◆ WHAT YOU NEED TO DO
All of the data below is to be printed again exactly.

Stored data
%%

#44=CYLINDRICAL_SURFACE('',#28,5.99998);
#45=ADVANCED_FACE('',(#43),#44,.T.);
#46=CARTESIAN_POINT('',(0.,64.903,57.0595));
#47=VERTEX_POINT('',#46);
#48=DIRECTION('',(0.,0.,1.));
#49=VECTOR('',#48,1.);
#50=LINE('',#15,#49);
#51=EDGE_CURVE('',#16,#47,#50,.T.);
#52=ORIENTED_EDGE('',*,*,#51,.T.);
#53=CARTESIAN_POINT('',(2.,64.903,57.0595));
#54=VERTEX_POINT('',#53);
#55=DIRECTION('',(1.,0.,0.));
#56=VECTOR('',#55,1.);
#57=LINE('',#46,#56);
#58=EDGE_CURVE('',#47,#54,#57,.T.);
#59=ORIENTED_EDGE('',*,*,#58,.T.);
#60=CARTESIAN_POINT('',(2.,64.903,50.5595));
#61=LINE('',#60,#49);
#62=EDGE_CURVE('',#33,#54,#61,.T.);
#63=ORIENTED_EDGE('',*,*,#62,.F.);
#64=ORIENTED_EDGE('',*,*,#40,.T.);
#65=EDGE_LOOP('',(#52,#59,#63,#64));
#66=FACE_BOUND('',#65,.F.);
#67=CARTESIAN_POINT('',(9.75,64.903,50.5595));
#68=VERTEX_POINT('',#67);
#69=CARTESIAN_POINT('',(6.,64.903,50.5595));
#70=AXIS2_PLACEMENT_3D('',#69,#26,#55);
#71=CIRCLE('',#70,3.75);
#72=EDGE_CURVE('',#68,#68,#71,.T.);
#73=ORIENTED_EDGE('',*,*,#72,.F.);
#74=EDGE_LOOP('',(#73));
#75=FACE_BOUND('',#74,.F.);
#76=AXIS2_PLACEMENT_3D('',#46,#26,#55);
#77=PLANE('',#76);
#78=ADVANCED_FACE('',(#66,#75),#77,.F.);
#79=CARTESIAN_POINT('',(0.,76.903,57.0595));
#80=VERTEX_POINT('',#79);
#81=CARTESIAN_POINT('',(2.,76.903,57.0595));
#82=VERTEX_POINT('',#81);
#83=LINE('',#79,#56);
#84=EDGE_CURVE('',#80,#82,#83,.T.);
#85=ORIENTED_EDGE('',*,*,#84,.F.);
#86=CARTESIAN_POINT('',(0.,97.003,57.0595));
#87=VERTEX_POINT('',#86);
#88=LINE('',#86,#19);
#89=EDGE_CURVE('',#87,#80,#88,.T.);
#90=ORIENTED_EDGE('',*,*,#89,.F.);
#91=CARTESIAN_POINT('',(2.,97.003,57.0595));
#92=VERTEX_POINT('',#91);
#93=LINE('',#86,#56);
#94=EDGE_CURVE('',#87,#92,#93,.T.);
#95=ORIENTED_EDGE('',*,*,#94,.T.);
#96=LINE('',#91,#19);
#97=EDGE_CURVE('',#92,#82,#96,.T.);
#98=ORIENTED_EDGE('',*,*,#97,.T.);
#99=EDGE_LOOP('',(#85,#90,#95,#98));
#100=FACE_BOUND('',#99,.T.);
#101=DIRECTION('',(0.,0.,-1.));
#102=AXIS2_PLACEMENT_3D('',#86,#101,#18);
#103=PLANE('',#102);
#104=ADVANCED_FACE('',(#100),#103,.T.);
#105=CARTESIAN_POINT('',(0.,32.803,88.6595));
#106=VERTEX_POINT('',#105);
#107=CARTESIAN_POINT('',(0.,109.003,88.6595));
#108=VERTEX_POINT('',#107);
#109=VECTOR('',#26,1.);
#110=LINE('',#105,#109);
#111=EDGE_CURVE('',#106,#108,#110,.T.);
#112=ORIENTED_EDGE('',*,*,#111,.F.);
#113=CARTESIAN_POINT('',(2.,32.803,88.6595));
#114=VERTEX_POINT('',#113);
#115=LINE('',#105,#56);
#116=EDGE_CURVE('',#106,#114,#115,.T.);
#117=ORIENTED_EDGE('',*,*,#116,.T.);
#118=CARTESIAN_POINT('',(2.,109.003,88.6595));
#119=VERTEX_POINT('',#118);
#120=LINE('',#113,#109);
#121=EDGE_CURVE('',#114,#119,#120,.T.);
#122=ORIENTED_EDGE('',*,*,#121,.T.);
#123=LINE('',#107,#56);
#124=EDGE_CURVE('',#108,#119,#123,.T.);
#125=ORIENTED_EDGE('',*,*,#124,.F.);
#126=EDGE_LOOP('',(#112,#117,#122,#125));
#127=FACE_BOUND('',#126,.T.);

%%

◆ RESPONSE
#44=CYLINDRICAL_SURFACE('',#28,5.99998);
#45=ADVANCED_FACE('',(#43),#44,.T.);
#46=CARTESIAN_POINT('',(0.,64.903,57.0595));
#47=VERTEX_POINT('',#46);
#48=DIRECTION('',(0.,0.,1.));
#49=VECTOR('',#48,1.);
#50=LINE('',#15,#49);
#51=EDGE_CURVE('',#16,#47,#50,.T.);
#52=ORIENTED_EDGE('',*,*,#51,.T.);
#53=CARTESIAN_POINT('',(2.,64.903,57.0595));
#54=VERTEX_POINT('',#53);
#55=DIRECTION('',(1.,0.,0.));
#56=VECTOR('',#55,1.);
#57=LINE('',#46,#56);
#58=EDGE_CURVE('',#47,#54,#57,.T.);
#59=ORIENTED_EDGE('',*,*,#58,.T.);
#60=CARTESIAN_POINT('',(2.,64.903,50.5595));
#61=LINE('',#60,#49);
#62=EDGE_CURVE('',#33,#54,#61,.T.);
#63=ORIENTED_EDGE('',*,*,#62,.F.);
#64=ORIENTED_EDGE('',*,*,#40,.T.);
#65=EDGE_LOOP('',(#52,#59,#63,#64));
#66=FACE_BOUND('',#65,.F.);
#67=CARTESIAN_POINT('',(9.75,64.903,50.5595));
#68=VERTEX_POINT('',#67);
#69=CARTESIAN_POINT('',(6.,64.903,50.5595));
#70=AXIS2_PLACEMENT_3D('',#69,#26,#55);
#71=CIRCLE('',#70,3.75);
#72=EDGE_CURVE('',#68,#68,#71,.T.);
#73=ORIENTED_EDGE('',*,*,#72,.F.);
#74=EDGE_LOOP('',(#73));
#75=FACE_BOUND('',#74,.F.);
#76=AXIS2_PLACEMENT_3D('',#46,#26,#55);
#77=PLANE('',#76);
#78=ADVANCED_FACE('',(#66,#75),#77,.F.);
#79=CARTESIAN_POINT('',(0.,76.903,57.0595));
#80=VERTEX_POINT('',#79);
#81=CARTESIAN_POINT('',(2.,76.903,57.0595));
#82=VERTEX_POINT('',#81);
#83=LINE('',#79,#56);
#84=EDGE_CURVE('',#80,#82,#83,.T.);
#85=ORIENTED_EDGE('',*,*,#84,.F.);
#86=CARTESIAN_POINT('',(0.,97.003,57.0595));
#87=VERTEX_POINT('',#86);
#88=LINE('',#86,#19);
#89=EDGE_CURVE('',#87,#80,#88,.T.);
#90=ORIENTED_EDGE('',*,*,#89,.F.);
#91=CARTESIAN_POINT('',(2.,97.003,57.0595));
#92=VERTEX_POINT('',#91);
#93=LINE('',#86,#56);
#94=EDGE_CURVE('',#87,#92,#93,.T.);
#95=ORIENTED_EDGE('',*,*,#94,.T.);
#96=LINE('',#91,#19);
#97=EDGE_CURVE('',#92,#82,#96,.T.);
#98=ORIENTED_EDGE('',*,*,#97,.T.);
#99=EDGE_LOOP('',(#85,#90,#95,#98));
#100=FACE_BOUND('',#99,.T.);
#101=DIRECTION('',(0.,0.,-1.));
#102=AXIS2_PLACEMENT_3D('',#86,#101,#18);
#103=PLANE('',#102);
#104=ADVANCED_FACE('',(#100),#103,.T.);
#105=CARTESIAN_POINT('',(0.,32.803,88.6595));
#106=VERTEX_POINT('',#105);
#107=CARTESIAN_POINT('',(0.,109.003,88.6595));
#108=VERTEX_POINT('',#107);
#109=VECTOR('',#26,1.);
#110=LINE('',#105,#109);
#111=EDGE_CURVE('',#106,#108,#110,.T.);
#112=ORIENTED_EDGE('',*,*,#111,.F.);
#113=CARTESIAN_POINT('',(2.,32.803,88.6595));
#114=VERTEX_POINT('',#113);
#115=LINE('',#105,#56);
#116=EDGE_CURVE('',#106,#114,#115,.T.);
#117=ORIENTED_EDGE('',*,*,#116,.T.);
#118=CARTESIAN_POINT('',(2.,109.003,88.6595));
#119=VERTEX_POINT('',#118);
#120=LINE('',#113,#109);
#121=EDGE_CURVE('',#114,#119,#120,.T.);
#122=ORIENTED_EDGE('',*,*,#121,.T.);
#123=LINE('',#107,#56);
#124=EDGE_CURVE('',#108,#119,#123,.T.);
#125=ORIENTED_EDGE('',*,*,#124,.F.);
#126=EDGE_LOOP('',(#112,#117,#122,#125));
#127=FACE_BOUND('',#126,.T.);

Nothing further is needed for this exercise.